The Kodiak National Wildlife Refuge includes the southwestern two-thirds of Kodiak Island, Uganik Island, the Red Peaks area of Afognak Island and all of Ban Island in the archipelago. It encompasses 1990418 acre. The refuge is administered from offices in Kodiak.

The refuge contains seven major rivers and about 100 streams. It is a spawning ground for all five species of Pacific Ocean salmon, steelhead, Dolly Varden, and several other fish species; as well as a nesting ground for 250 species of bird, many of which feed on salmon. The refuge has only six native species of mammals: Kodiak bear, red fox, river otter, ermine, little brown bat and tundra vole. The non-native mammals Sitka black-tailed deer, mountain goat, Roosevelt elk, caribou, marten, red squirrel, snowshoe hare, and beaver were introduced to the archipelago between the 1920s and 1950s and are now hunted and trapped. An estimated 2,300 brown bears inhabit the refuge, and an estimated 1200 bald eagles nest here every year.
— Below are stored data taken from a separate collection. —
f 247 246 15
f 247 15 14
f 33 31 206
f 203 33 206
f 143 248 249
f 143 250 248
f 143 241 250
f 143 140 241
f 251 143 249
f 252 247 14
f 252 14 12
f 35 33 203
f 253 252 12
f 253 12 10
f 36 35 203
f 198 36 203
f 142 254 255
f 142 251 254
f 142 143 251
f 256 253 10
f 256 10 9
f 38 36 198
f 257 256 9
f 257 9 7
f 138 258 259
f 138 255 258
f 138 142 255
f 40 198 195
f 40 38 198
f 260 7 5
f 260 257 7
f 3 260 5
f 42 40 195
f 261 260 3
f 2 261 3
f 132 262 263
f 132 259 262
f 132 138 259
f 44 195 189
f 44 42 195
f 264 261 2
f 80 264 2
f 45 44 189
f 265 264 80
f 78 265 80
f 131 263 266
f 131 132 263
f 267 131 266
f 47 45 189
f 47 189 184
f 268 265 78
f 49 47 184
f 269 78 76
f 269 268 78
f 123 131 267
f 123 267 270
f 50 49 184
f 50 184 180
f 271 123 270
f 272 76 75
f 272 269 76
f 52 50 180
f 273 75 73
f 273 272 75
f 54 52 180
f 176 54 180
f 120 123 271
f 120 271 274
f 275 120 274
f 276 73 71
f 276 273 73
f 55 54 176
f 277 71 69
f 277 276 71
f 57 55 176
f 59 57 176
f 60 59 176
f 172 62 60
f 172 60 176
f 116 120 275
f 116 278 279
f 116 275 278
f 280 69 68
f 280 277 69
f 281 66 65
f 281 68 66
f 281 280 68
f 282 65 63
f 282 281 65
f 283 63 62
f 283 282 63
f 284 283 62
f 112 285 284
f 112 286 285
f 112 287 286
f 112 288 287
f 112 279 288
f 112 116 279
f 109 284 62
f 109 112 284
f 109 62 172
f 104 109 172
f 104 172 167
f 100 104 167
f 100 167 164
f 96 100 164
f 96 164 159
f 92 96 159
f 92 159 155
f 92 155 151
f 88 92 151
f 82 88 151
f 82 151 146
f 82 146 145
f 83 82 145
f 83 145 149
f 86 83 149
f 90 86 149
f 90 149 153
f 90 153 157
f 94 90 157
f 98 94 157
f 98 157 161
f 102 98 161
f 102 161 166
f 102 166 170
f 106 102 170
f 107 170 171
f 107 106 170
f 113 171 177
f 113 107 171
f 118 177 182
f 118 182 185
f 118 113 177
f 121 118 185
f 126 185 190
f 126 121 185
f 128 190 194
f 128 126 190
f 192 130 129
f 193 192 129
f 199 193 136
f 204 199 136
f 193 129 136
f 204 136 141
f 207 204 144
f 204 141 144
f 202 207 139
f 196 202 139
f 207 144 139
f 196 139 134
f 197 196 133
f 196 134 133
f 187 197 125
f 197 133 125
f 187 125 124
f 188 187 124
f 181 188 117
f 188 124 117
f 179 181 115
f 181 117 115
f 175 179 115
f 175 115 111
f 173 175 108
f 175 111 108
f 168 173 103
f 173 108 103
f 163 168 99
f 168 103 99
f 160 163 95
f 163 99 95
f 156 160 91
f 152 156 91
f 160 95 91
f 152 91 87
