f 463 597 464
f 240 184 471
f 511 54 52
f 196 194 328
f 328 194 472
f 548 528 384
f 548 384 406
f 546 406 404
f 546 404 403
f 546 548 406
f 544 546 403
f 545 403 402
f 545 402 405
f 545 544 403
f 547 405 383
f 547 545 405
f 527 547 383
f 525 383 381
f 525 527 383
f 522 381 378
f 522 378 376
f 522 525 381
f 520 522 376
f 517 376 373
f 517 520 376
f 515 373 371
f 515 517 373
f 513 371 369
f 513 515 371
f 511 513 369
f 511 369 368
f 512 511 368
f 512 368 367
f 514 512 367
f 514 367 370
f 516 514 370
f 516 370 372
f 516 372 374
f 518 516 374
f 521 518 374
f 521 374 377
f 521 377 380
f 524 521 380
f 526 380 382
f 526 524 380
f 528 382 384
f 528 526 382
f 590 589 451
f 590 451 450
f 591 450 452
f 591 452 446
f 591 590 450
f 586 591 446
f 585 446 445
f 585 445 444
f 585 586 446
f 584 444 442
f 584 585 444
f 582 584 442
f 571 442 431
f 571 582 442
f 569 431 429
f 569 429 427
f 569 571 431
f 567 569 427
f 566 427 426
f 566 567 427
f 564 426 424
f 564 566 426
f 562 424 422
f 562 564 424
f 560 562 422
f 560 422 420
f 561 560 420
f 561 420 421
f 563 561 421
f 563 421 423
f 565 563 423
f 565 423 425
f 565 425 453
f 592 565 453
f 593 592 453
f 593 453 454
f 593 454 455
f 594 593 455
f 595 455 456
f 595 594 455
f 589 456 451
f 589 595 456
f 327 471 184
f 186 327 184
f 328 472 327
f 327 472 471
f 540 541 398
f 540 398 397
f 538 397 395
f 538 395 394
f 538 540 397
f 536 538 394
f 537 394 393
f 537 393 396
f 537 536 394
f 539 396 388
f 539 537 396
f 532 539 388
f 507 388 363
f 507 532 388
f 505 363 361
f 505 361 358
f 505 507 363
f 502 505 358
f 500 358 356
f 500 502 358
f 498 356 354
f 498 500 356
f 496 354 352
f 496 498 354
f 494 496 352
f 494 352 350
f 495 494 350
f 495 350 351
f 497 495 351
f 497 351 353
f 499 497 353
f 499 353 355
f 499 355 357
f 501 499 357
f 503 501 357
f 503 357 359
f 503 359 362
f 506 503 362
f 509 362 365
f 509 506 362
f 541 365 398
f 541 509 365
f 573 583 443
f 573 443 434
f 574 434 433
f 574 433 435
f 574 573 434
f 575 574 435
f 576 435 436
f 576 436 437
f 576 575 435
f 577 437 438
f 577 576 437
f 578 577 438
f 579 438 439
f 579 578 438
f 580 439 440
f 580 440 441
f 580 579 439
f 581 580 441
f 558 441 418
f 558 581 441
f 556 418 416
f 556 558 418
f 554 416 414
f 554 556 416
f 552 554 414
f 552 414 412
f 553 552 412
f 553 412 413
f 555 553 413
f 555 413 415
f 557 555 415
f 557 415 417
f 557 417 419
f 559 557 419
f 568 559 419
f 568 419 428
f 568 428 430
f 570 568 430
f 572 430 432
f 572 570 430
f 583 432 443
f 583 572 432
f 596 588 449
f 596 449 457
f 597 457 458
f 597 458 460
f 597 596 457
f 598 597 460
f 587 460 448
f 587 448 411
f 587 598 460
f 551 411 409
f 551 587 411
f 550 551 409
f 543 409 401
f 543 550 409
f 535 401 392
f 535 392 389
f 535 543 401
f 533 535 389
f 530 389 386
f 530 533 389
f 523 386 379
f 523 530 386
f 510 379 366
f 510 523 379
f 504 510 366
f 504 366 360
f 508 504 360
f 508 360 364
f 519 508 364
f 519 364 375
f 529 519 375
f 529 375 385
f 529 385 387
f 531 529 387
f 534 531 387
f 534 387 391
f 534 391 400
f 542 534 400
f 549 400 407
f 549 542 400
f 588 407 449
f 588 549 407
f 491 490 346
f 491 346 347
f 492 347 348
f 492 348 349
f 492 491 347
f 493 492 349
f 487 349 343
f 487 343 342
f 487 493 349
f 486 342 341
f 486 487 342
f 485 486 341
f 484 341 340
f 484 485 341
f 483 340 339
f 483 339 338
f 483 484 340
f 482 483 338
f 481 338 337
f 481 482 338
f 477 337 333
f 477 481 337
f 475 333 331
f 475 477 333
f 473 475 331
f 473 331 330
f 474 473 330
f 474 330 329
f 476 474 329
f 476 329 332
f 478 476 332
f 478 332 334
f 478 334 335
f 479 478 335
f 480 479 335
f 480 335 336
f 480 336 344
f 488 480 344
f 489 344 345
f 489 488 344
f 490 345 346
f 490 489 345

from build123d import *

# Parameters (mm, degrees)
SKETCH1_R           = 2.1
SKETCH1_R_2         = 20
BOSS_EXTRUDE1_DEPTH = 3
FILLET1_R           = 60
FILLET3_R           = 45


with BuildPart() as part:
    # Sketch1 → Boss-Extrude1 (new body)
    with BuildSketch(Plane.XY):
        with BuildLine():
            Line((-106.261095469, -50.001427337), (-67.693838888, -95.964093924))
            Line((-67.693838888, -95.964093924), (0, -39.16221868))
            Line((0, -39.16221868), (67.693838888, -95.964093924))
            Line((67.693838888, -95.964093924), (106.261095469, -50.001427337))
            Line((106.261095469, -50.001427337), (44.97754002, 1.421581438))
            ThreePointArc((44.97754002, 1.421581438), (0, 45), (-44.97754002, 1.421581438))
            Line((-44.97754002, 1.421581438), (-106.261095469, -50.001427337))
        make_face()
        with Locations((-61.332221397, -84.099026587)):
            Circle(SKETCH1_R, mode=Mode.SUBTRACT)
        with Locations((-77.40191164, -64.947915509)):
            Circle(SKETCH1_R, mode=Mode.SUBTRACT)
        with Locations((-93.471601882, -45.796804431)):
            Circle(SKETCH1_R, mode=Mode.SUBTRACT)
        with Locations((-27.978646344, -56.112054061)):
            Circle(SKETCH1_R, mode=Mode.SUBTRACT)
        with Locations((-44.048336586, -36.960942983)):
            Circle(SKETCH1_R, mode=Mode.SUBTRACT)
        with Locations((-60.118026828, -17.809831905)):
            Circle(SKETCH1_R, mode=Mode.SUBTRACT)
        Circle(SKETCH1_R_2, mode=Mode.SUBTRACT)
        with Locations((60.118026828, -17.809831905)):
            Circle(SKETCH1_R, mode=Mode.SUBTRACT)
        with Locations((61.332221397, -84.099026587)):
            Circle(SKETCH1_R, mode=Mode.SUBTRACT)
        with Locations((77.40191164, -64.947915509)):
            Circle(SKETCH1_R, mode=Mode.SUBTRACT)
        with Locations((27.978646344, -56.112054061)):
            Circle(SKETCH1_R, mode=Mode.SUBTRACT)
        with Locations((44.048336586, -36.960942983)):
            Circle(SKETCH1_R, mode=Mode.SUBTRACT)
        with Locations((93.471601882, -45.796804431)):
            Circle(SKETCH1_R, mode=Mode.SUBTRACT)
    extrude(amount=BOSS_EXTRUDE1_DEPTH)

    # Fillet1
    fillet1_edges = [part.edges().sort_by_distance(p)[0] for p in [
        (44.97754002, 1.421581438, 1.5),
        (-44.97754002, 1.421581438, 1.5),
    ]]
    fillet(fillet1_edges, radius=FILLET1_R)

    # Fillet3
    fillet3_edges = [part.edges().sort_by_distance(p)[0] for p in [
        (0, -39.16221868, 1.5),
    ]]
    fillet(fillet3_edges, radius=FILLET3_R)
The climate of the refuge is that of southern Alaska, mild and rainy. Many areas in the refuge are densely forested with Sitka spruce at lower elevations. There are grasslands in drier areas, shrub habitats dominated by dense alder, and alpine habitats at higher elevations. The refuge contains several small glaciers.

The refuge has no road access from the outside but contains part of a private road used for access to the Terror Lake hydroelectric facility. Public use of this road is prohibited.